Job Description
Overview:
Are you passionate about ensuring a great customer experience behind the scenes?
This role will be predominately operational, focused on improving & supporting front-line SRE operations. The focus will centre on operational readiness, resiliency & quality standards. In addition, there will be the opportunity to contribute & define exciting but scalable reliability engineering projects.
Not sure what skills you will need for this opportunity Simply read the full description below to get a complete picture of candidate requirements.
*The role is based in London UK and the current expectation is for the resource to work three days in the Battersea office with flexible days on Monday/Friday.
For this contractor position, you will:
- Triage, troubleshoot & resolve front-line production support alerts and tickets.
- Monitor high-traffic systems responsible for operations, including applications, containers, middleware, physical hardware & databases.
- Have a systematic, test and measure approach to continually improving operations & monitoring.

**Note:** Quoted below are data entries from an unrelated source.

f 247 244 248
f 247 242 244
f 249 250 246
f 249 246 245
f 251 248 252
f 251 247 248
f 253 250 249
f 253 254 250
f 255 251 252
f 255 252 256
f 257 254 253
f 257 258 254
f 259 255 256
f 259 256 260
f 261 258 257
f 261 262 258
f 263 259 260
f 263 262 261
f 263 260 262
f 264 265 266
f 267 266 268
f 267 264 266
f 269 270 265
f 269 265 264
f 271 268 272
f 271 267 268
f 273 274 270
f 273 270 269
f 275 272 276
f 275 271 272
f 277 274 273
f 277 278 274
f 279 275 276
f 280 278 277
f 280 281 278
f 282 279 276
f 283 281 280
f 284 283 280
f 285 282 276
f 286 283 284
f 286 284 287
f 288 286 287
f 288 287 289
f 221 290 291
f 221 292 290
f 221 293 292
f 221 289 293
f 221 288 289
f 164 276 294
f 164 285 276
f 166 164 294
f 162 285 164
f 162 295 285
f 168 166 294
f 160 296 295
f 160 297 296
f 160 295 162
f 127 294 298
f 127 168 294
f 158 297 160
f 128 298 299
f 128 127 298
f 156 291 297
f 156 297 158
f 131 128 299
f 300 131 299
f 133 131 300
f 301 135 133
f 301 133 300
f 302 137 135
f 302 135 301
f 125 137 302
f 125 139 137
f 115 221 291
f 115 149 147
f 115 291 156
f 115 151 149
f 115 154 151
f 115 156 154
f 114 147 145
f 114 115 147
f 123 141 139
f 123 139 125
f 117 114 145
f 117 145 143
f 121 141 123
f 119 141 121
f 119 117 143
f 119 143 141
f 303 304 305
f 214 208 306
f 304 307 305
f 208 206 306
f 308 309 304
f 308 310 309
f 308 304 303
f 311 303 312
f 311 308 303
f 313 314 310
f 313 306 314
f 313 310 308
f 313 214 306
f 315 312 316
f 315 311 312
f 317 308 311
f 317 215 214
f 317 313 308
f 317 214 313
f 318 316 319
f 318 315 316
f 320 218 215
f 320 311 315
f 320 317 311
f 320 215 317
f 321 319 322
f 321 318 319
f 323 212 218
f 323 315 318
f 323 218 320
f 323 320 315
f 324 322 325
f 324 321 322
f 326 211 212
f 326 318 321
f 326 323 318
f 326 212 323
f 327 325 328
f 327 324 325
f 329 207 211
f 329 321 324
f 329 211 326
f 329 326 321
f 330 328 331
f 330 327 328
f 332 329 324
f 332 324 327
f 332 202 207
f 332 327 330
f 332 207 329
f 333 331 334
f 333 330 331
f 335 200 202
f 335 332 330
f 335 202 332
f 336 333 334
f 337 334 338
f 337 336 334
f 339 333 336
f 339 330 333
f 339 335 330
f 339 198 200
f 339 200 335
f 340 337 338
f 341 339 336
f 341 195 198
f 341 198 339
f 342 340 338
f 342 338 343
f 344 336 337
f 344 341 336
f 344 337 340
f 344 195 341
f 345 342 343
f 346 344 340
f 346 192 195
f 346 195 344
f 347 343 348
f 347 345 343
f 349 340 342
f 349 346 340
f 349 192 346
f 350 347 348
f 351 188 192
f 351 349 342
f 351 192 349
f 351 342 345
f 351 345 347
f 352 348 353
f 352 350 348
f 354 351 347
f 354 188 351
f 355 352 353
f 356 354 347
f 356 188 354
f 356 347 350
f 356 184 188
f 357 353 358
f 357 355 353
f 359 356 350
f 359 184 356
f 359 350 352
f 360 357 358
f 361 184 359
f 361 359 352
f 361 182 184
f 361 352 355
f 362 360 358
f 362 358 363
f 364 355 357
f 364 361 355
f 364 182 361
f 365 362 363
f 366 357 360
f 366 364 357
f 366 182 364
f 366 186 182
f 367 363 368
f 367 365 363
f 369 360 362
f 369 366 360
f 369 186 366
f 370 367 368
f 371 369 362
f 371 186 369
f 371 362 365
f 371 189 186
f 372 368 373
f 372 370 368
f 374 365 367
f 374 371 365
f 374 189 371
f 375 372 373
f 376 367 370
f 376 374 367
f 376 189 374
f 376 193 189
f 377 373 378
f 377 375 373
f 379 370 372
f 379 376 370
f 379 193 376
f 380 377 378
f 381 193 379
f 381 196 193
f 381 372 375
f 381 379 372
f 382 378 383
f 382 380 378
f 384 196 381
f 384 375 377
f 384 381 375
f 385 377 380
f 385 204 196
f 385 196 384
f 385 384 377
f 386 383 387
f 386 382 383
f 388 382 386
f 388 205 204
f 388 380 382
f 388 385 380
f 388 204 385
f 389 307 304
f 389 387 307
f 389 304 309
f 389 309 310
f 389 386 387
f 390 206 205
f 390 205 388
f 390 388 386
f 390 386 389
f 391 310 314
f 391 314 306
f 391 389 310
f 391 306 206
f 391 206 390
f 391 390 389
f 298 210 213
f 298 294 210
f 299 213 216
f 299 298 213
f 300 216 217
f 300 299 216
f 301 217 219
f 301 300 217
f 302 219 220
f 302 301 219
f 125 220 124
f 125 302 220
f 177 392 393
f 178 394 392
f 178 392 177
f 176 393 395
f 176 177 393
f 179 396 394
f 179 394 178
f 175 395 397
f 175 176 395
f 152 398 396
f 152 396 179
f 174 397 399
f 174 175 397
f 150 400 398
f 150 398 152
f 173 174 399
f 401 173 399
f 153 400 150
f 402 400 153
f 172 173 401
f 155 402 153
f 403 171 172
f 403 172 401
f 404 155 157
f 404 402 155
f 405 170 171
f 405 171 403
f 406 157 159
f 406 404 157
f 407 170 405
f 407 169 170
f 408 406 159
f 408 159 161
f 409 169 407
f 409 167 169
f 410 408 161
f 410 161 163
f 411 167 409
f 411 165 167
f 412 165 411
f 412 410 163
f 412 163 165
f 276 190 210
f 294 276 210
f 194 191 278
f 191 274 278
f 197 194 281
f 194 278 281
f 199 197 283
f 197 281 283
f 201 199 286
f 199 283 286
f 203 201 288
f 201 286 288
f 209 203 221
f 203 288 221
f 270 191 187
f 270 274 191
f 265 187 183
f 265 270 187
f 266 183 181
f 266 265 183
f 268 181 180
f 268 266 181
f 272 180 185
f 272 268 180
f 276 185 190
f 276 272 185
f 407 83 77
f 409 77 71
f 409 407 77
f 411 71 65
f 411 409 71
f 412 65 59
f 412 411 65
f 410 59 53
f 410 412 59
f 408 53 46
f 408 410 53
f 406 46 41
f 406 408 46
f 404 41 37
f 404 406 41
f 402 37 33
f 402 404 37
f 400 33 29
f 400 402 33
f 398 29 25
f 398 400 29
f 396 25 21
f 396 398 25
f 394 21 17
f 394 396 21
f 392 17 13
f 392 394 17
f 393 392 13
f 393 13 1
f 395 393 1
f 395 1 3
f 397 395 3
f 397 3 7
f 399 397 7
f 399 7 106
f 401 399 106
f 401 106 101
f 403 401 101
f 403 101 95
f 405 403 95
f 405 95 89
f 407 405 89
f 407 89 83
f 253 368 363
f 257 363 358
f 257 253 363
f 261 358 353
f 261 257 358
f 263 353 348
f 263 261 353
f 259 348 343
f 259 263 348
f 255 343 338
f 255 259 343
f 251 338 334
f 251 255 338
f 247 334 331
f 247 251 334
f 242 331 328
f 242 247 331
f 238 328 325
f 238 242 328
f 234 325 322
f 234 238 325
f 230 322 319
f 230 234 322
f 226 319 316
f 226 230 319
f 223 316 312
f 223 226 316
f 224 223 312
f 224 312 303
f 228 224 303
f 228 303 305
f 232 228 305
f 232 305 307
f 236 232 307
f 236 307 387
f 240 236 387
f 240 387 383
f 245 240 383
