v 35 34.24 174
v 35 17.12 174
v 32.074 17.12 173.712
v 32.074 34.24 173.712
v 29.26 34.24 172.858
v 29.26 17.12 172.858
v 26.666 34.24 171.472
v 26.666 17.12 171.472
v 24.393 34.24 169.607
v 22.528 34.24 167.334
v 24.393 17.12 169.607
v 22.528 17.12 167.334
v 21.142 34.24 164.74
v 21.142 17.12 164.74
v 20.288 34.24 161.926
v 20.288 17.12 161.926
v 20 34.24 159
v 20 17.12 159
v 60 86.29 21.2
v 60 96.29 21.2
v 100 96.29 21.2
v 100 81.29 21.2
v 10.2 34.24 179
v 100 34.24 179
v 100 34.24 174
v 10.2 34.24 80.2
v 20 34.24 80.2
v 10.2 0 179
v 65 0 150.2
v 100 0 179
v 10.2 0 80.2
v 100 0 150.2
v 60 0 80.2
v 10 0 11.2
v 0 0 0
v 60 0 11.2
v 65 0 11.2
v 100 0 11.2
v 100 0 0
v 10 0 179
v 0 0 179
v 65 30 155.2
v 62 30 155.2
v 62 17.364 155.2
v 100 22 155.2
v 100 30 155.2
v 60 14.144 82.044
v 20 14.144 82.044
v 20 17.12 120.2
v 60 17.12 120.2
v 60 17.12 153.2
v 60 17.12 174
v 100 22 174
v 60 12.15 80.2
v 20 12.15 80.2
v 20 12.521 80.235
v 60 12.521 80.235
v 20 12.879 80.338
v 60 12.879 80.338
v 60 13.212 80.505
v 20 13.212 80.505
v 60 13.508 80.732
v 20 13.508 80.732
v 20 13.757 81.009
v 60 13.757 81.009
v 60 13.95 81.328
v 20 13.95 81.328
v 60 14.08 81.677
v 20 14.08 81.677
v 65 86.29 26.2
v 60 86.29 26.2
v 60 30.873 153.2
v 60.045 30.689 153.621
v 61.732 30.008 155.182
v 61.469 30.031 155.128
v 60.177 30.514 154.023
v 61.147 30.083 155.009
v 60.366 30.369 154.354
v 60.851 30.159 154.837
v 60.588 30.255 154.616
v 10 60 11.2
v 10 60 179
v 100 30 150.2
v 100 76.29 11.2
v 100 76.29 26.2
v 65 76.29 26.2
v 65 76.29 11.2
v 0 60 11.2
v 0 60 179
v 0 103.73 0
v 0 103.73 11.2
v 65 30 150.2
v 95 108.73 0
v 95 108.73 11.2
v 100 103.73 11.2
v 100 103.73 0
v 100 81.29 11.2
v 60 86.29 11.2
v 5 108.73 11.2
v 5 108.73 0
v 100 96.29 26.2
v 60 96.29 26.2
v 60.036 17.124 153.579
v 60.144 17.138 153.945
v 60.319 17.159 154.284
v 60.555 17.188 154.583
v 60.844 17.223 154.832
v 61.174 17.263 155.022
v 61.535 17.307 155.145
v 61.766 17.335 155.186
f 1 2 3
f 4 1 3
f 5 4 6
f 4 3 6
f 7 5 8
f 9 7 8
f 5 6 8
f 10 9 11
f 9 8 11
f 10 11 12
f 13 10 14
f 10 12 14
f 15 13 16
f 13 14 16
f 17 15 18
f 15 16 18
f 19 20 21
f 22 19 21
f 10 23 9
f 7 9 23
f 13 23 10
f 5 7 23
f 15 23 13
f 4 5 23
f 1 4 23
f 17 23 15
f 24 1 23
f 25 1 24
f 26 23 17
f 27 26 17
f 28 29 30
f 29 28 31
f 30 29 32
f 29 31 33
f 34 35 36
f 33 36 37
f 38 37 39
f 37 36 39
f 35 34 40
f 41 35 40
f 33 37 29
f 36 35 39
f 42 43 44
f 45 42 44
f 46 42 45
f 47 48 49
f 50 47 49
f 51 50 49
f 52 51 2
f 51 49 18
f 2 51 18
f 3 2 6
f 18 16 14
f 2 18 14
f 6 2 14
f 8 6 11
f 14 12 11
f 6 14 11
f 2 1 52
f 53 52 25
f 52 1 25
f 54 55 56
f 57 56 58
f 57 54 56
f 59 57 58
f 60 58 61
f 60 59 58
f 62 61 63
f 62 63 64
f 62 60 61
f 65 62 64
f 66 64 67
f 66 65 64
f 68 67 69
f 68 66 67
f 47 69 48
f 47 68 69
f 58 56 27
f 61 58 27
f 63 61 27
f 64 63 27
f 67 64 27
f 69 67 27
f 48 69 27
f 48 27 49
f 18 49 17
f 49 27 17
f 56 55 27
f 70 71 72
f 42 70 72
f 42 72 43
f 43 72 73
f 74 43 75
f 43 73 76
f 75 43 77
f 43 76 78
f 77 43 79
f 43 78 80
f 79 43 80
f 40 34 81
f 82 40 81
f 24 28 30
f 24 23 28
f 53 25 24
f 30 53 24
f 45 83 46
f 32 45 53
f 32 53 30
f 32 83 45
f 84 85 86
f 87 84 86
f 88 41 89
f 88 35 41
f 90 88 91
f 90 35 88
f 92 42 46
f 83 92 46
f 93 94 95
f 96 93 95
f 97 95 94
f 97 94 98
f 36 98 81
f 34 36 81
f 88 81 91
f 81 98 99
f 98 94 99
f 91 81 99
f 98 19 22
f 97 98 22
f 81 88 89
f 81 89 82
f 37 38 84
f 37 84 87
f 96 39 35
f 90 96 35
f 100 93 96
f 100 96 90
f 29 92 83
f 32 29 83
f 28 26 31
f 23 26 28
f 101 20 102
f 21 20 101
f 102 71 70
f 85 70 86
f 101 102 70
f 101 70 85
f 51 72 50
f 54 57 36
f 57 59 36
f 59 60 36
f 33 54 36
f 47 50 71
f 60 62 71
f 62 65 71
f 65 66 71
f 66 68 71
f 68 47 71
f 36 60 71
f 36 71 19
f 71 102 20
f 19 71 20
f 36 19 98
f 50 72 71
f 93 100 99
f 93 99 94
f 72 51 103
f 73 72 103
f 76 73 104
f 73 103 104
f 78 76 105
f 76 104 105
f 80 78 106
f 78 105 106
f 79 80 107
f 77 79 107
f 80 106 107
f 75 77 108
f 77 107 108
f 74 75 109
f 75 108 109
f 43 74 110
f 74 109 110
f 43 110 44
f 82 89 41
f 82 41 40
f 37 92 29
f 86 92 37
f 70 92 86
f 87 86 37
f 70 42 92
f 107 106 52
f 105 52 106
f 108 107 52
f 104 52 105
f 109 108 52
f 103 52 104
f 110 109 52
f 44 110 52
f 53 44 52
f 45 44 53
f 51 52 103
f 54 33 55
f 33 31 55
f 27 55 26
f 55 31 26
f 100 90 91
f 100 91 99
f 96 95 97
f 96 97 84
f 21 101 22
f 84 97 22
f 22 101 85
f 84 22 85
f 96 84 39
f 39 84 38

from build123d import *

# Parameters (mm, degrees)
EXTRUDE_1_DEPTH  = 11.2
SKETCH_3_W       = 40
SKETCH_3_H       = 20
EXTRUDE_2_DEPTH  = 5
EXTRUDE_3_DEPTH  = 10
EXTRUDE_4_DEPTH  = 5
SKETCH_7_W       = 98.8
SKETCH_7_H       = 34.24
EXTRUDE_5_DEPTH  = 9.8
SKETCH_8_W       = 80
SKETCH_8_H       = 34.24
EXTRUDE_6_DEPTH  = 5
SKETCH_9_W       = 35
SKETCH_9_H       = 30
EXTRUDE_7_DEPTH  = 5
EXTRUDE_8_DEPTH  = 40
FILLET_1_R       = 2
EXTRUDE_9_REACH  = 25.8
SKETCH_14_W      = 10
SKETCH_14_H      = 60
EXTRUDE_12_DEPTH = 167.8
EXTRUDE_13_DEPTH = 17.12
FILLET_3_R       = 2


with BuildPart() as part:
    # 草图1 → 凸台-拉伸1 (new body)
    with BuildSketch(Plane.XY):
        Polygon((0, 103.73), (5, 108.73), (95, 108.73), (100, 103.73), (100, 0), (0, 0), align=None)
    extrude(amount=EXTRUDE_1_DEPTH)



with BuildPart() as body_2:
    # 草图3 → 凸台-拉伸2 (new body)
    with BuildSketch(Plane.XY.offset(21.2)):
        with Locations((80, 86.29)):
            Rectangle(SKETCH_3_W, SKETCH_3_H)
    extrude(amount=EXTRUDE_2_DEPTH)


with BuildPart() as part_1:
    add(part.part)

    add(body_2.part)  # 凸台-拉伸3 merges body 2
    # 草图5 → 凸台-拉伸3 (add)
    with BuildSketch(Plane(origin=(0, 0, 21.2), x_dir=(-1, 0, 0), z_dir=(0, 0, -1))):
        Polygon((-60, 86.29), (-100, 81.29), (-100, 76.29), (-60, 76.29), align=None)
    extrude(amount=EXTRUDE_3_DEPTH)

    # 草图6 → 凸台-拉伸4 (add)
    with BuildSketch(Plane.ZY.offset(-60)):
        Polygon((26.2, 86.29), (155.2, 30), (155.2, 0), (26.2, 0), (11.2, 0), (11.2, 76.29), (26.2, 76.29), align=None)
    extrude(amount=-EXTRUDE_4_DEPTH)

    # 草图9 → 凸台-拉伸7 (add)
    with BuildSketch(Plane.XY.offset(155.2)):
        with Locations((82.5, 15)):
            Rectangle(SKETCH_9_W, SKETCH_9_H)
    extrude(amount=-EXTRUDE_7_DEPTH)



with BuildPart() as body_2_2:
    # 草图7 → 凸台-拉伸5 (new body)
    with BuildSketch(Plane.ZY.offset(-10.2)):
        with Locations((129.6, 17.12)):
            Rectangle(SKETCH_7_W, SKETCH_7_H)
    extrude(amount=-EXTRUDE_5_DEPTH)

    # 草图8 → 凸台-拉伸6 (add)
    with BuildSketch(Plane.XY.offset(179)):
        with Locations((60, 17.12)):
            Rectangle(SKETCH_8_W, SKETCH_8_H)
    extrude(amount=-EXTRUDE_6_DEPTH)


with BuildPart() as part_2:
    add(part_1.part)

    add(body_2_2.part)  # 凸台-拉伸8 merges body 2 2
    # 草图11 → 凸台-拉伸8 (add)
    with BuildSketch(Plane(origin=(20, 0, 0), x_dir=(0, 0, -1), z_dir=(1, 0, 0))):
        Polygon((-80.2, 0), (-80.2, 14), (-120.2, 17.12), (-174, 17.12), (-174, 0), align=None)
    extrude(amount=EXTRUDE_8_DEPTH)

    # 圆角1
    fillet_1_edges = [part_2.edges().sort_by_distance(p)[0] for p in [
        (40, 14, 80.2),
    ]]
    fillet(fillet_1_edges, radius=FILLET_1_R)

    # 草图12 → 凸台-拉伸9 (add, up to next)
    with BuildSketch(Plane.XY.offset(155.2), mode=Mode.PRIVATE) as extrude_9_sk1:
        Polygon((60, 0), (60, 17.12), (100, 22), (100, 0), align=None)
    extrude_9_tool1 = extrude(extrude_9_sk1.sketch, amount=EXTRUDE_9_REACH, mode=Mode.PRIVATE) - part_2.part
    add(extrude_9_tool1.solids().sort_by_distance((80.831629, 9.830729, 155.2))[0])

    # 草图14 → 凸台-拉伸12 (add)
    with BuildSketch(Plane.XY.offset(11.2)):
        with Locations((5, 30)):
            Rectangle(SKETCH_14_W, SKETCH_14_H)
    extrude(amount=EXTRUDE_12_DEPTH)

    # 草图15 → 凸台-拉伸13 (add)
    with BuildSketch(Plane(origin=(0, 17.12, 0), x_dir=(1, 0, 0), z_dir=(0, 1, 0))):
        with BuildLine():
            Line((20, -159), (20, -174))
            Line((20, -174), (35, -174))
            ThreePointArc((35, -174), (24.393398282, -169.606601718), (20, -159))
        make_face()
    extrude(amount=EXTRUDE_13_DEPTH)

    # 圆角3
    fillet_3_edges = [part_2.edges().sort_by_distance(p)[0] for p in [
        (60, 23.56, 155.2),
    ]]
    fillet(fillet_3_edges, radius=FILLET_3_R)


solid = part_2.part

- Understand Web Service APIs, Internet architecture, & common client-server technology stacks.
- Provide a high level of customer experience to our internal and external stakeholders.
- Work closely with third parties, interacting with many of our partners to resolve platform issues.
- Be a confident communicator, leading telephone or video calls with internal teams & external partners.
- Support new projects when launched.
- Have previous production or application support experience, preferably with large-scale distributed systems.
The ideal candidate will have the following:
- Proficiency in handling incident management & problem management at an application support level.
- Experience troubleshooting, analysing log files & resolving technical problems with Java-based applications in a fast-paced environment.
- Strong background in monitoring and logging of large-scale platforms (Prometheus, Grafana, Splunk, etc.)
- Familiarity with configuration and deployment management (AWS, Unix, Java, Databases, Kubernetes, Docker, etc.)
- Competency in one or more coding or scripting languages, such as Python, Ruby, Ansible, etc.
- Understanding of KPIs, metrics and SLOs.
- Experience automating manual tasks.
- Knowledge of version control tools such as Git.
- Familiarity with iOS, macOS, WatchOS and iPadOS.
- An exceptionally high level of attention to detail.
- Self-motivated, proactive, and able to work independently and as part of a team.
- Effective verbal and written communication skills.
- Most importantly, a passion for ensuring our customers and stakeholders always get the best possible experience.
Competencies:
Well organised, learning on the fly, self-development, problem-solving, functional/technical skills.
Prior experience as an SRE, System Administrator, Application Support, or similar role.